Vize alınmasında yaşanan külfet nedeniyle ihracatçılar rotayı AB ve ABD’deki fuar ve tertipler yerine Uzakdoğu ve Dubai’ye çevirmeye başlarken, vize meşakkatine alternatif tahlil yatırım yoluyla vatandaşlık programlarını öne çıkarıyor.
Dünya gazetesinin haberine göre birtakım firmalar, iştirakçi oldukları fuarlara dahi gidemezken; endüstriciler, bilhassa Singapur, Hong Kong, Dubai ve Rusya üzere ülkelerdeki fuarlarda önemli bir hareketlenme olduğunu söylüyor.
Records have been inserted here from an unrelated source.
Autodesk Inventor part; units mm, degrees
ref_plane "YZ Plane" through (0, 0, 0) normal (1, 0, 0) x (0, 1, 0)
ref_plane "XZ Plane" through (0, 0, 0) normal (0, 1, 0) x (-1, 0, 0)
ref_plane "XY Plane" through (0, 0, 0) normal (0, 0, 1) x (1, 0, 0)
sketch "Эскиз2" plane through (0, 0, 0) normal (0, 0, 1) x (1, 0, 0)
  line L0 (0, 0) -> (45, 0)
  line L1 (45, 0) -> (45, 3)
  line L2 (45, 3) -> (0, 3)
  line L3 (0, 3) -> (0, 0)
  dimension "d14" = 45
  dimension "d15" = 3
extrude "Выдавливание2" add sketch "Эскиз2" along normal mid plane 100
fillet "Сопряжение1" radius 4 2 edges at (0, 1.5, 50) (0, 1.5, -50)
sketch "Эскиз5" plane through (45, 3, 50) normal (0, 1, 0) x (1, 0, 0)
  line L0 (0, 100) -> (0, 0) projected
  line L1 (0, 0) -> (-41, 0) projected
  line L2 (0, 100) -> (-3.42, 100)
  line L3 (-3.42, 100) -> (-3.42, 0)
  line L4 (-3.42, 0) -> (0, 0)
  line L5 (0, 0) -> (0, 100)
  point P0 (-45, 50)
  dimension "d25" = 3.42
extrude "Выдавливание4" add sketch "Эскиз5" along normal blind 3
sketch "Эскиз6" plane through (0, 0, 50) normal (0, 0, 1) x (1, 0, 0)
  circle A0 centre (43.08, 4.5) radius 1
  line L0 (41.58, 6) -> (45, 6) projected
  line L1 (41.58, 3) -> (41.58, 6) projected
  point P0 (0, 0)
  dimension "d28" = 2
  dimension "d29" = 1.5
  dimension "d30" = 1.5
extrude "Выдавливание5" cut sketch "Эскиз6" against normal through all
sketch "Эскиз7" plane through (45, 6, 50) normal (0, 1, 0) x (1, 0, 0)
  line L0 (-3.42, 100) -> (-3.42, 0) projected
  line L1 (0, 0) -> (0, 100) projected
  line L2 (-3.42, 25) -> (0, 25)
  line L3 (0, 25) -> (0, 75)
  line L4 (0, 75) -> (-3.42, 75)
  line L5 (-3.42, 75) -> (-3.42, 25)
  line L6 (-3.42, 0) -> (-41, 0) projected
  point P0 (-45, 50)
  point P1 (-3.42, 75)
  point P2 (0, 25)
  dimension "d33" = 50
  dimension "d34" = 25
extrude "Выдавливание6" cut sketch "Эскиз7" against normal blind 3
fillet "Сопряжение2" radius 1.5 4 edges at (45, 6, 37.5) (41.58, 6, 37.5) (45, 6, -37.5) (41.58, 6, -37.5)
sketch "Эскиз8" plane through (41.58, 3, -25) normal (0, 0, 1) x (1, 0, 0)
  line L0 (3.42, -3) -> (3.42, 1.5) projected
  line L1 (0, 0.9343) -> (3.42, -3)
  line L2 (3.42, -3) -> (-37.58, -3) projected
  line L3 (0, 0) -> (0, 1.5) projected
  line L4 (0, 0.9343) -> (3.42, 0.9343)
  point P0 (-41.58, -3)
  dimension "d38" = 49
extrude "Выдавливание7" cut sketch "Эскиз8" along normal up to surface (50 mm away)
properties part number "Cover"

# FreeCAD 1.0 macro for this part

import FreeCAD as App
import Part
import Sketcher
Q = App.Units.Quantity


def edges_at(feature, points):
    """Names of the edges that pass closest to the given points."""
    edges = feature.Shape.Edges
    near = lambda p: min(range(len(edges)), key=lambda i: edges[i].distToShape(Part.Vertex(*p))[0])
    return sorted({f"Edge{near(p) + 1}" for p in points})


def add_polygon(sketch, points):
    """Adds a closed chain of lines whose ends are joined by coincident constraints."""
    first, n = sketch.GeometryCount, len(points)
    for a, b in zip(points, points[1:] + points[:1]):
        sketch.addGeometry(Part.LineSegment(App.Vector(*a, 0), App.Vector(*b, 0)), False)
    for i in range(n):
        sketch.addConstraint(Sketcher.Constraint("Coincident", first + i, 2, first + (i + 1) % n, 1))

doc = App.newDocument("Part")
body = doc.addObject("PartDesign::Body", "Body")

sketch1 = doc.addObject("Sketcher::SketchObject", "Sketch")
body.addObject(sketch1)
sketch1.AttachmentSupport = (doc.XY_Plane, [""])
sketch1.MapMode = "FlatFace"
add_polygon(sketch1, [(0, 3), (0, 0), (45, 0), (45, 3)])
sketch1.addConstraint([
    Sketcher.Constraint("Vertical", 0),
    Sketcher.Constraint("Horizontal", 1),
    Sketcher.Constraint("Vertical", 2),
    Sketcher.Constraint("Horizontal", 3),
    Sketcher.Constraint("Coincident", 0, 2, -1, 1),
    Sketcher.Constraint("DistanceX", 1, 1, 1, 2, Q("45 mm")),
    Sketcher.Constraint("DistanceY", 0, 2, 0, 1, Q("3 mm")),
])
pad1 = doc.addObject("PartDesign::Pad", "Pad")
body.addObject(pad1)
pad1.Profile = sketch1
pad1.Length = 100
pad1.Midplane = True
doc.recompute()

fillet = doc.addObject("PartDesign::Fillet", "Fillet")
body.addObject(fillet)
fillet.Base = (pad1, edges_at(pad1, [(0, 1.5, 50), (0, 1.5, -50)]))
fillet.Radius = 4

sketch2 = doc.addObject("Sketcher::SketchObject", "Sketch001")
body.addObject(sketch2)
sketch2.AttachmentSupport = (doc.XZ_Plane, [""])
sketch2.MapMode = "FlatFace"
sketch2.AttachmentOffset = App.Placement(App.Vector(0, 0, -3), App.Rotation())
add_polygon(sketch2, [(45, 50), (45, -50), (41.6, -50), (41.6, 50)])
sketch2.addConstraint([
    Sketcher.Constraint("Vertical", 0),
    Sketcher.Constraint("Horizontal", 1),
    Sketcher.Constraint("Vertical", 2),
    Sketcher.Constraint("Horizontal", 3),
    Sketcher.Constraint("DistanceX", 1, 2, 1, 1, Q("3.42 mm")),
    Sketcher.Constraint("DistanceY", 0, 2, 0, 1, Q("100 mm")),
    Sketcher.Constraint("DistanceX", -1, 1, 0, 2, Q("45 mm")),
    Sketcher.Constraint("DistanceY", 0, 2, -1, 1, Q("50 mm")),
])
pad2 = doc.addObject("PartDesign::Pad", "Pad001")
body.addObject(pad2)
pad2.Profile = sketch2
pad2.Length = 3
pad2.Reversed = True

sketch3 = doc.addObject("Sketcher::SketchObject", "Sketch002")
body.addObject(sketch3)
sketch3.AttachmentSupport = (doc.XY_Plane, [""])
sketch3.MapMode = "FlatFace"
sketch3.AttachmentOffset = App.Placement(App.Vector(0, 0, 50), App.Rotation())
sketch3.addGeometry(Part.Circle(App.Vector(43.1, 4.5, 0), App.Vector(0, 0, 1), 1), False)
sketch3.addConstraint([
    Sketcher.Constraint("Diameter", 0, Q("2 mm")),
    Sketcher.Constraint("DistanceY", -1, 1, 0, 3, Q("4.5 mm")),
    Sketcher.Constraint("DistanceX", -1, 1, 0, 3, Q("43.08 mm")),
])
pocket1 = doc.addObject("PartDesign::Pocket", "Pocket")
body.addObject(pocket1)
pocket1.Profile = sketch3
pocket1.Type = "ThroughAll"

sketch4 = doc.addObject("Sketcher::SketchObject", "Sketch003")
body.addObject(sketch4)
sketch4.AttachmentSupport = (doc.XZ_Plane, [""])
sketch4.MapMode = "FlatFace"
sketch4.AttachmentOffset = App.Placement(App.Vector(0, 0, -6), App.Rotation())
add_polygon(sketch4, [(45, -25), (41.6, -25), (41.6, 25), (45, 25)])
sketch4.addConstraint([
    Sketcher.Constraint("Horizontal", 0),
    Sketcher.Constraint("Vertical", 1),
    Sketcher.Constraint("Horizontal", 2),
    Sketcher.Constraint("Vertical", 3),
    Sketcher.Constraint("DistanceY", 1, 1, 1, 2, Q("50 mm")),
    Sketcher.Constraint("DistanceY", 0, 2, -1, 1, Q("25 mm")),
    Sketcher.Constraint("DistanceX", -1, 1, 2, 2, Q("45 mm")),
    Sketcher.Constraint("DistanceX", 0, 2, 0, 1, Q("3.42 mm")),
])
pocket2 = doc.addObject("PartDesign::Pocket", "Pocket001")
body.addObject(pocket2)
pocket2.Profile = sketch4
pocket2.Length = 3
pocket2.Reversed = True
doc.recompute()

fillet2 = doc.addObject("PartDesign::Fillet", "Fillet001")
body.addObject(fillet2)
fillet2.Base = (pocket2, edges_at(pocket2, [
    (45, 6, 37.5),
    (41.58, 6, 37.5),
    (45, 6, -37.5),
    (41.58, 6, -37.5),
]))
fillet2.Radius = 1.5

sketch5 = doc.addObject("Sketcher::SketchObject", "Sketch004")
body.addObject(sketch5)
sketch5.AttachmentSupport = (doc.XY_Plane, [""])
sketch5.MapMode = "FlatFace"
sketch5.AttachmentOffset = App.Placement(App.Vector(0, 0, -25), App.Rotation())
add_polygon(sketch5, [(41.6, 3.9), (45, 0), (45, 3.9)])
sketch5.addConstraint([
    Sketcher.Constraint("Vertical", 1),
    Sketcher.Constraint("Horizontal", 2),
    Sketcher.Constraint("PointOnObject", 0, 2, -1),
    Sketcher.Constraint("Angle", 0, Q("-49.0003 deg")),
    Sketcher.Constraint("DistanceX", -1, 1, 0, 2, Q("45 mm")),
    Sketcher.Constraint("DistanceX", 2, 2, 2, 1, Q("3.42 mm")),
])
pocket3 = doc.addObject("PartDesign::Pocket", "Pocket002")
body.addObject(pocket3)
pocket3.Profile = sketch5
pocket3.Length = 50
pocket3.Reversed = True

doc.recompute()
Özellikle ticari vize müracaatlarında yaşanan bu zahmetler yatırım yoluyla vatandaşlık programlarının değerini bir defa daha ortaya çıkardığını kaydeden Henley & Partners, Türkiye Direktörü Burak Demirel, şu sözleri kullandı:
“Yatırım yoluyla vatandaşlık programlarında 8 program var. Beş tanesi Karayipler’de, üç tanesi Avrupa Bölgesi’nde. Türkiye’yi de katarsak 9 tane var. Bu programlar, Antigua ve Barbuda, St. Kitts and Nevis, Grenada, Dominica ve St.Lucia ülkelerinde mevcut. Karayipler’de süreçler 6-8 ay ve 100 bin dolar hibe yapmak gerekiyor. Direkt vize özgürlüğü üzere düşünebiliriz. Mesela Çin vizesi çok güç. Karayipler’de vatandaş olabilirsen Çin’e vizesiz giriş yapılabiliyor. Bu ülkelerin bunu yapma emeli ekonomilerini kalkındırmak ve direkt yabancı yatırım çekmek için yapıyorlar. Bu paralar da ekonomik gelişime katkıda bulunan devlet fonlarına gidiyor. Avusturya ise en üst segment. 8 milyon Euro ticari yatırım ya da 3 milyon Euro hibe yapmak gerekiyor. 2-3 yıla yakın süren bir süreci var. Montenegro çok tanınan Türkiye’de. Türkler, oranın coğrafik alt yapısını çok seviyorlar. 250 bin Euro ya da 450 bin Euro gayrimenkul alınması gerekiyor. 8-10 ay ortasında bir süreç var. Güvenlik araştırmasını da devlet kendisi yapmıyor, yabancı firmalar kullanıyorlar. Bu da güvenlik açısından kıymetli bir öge.”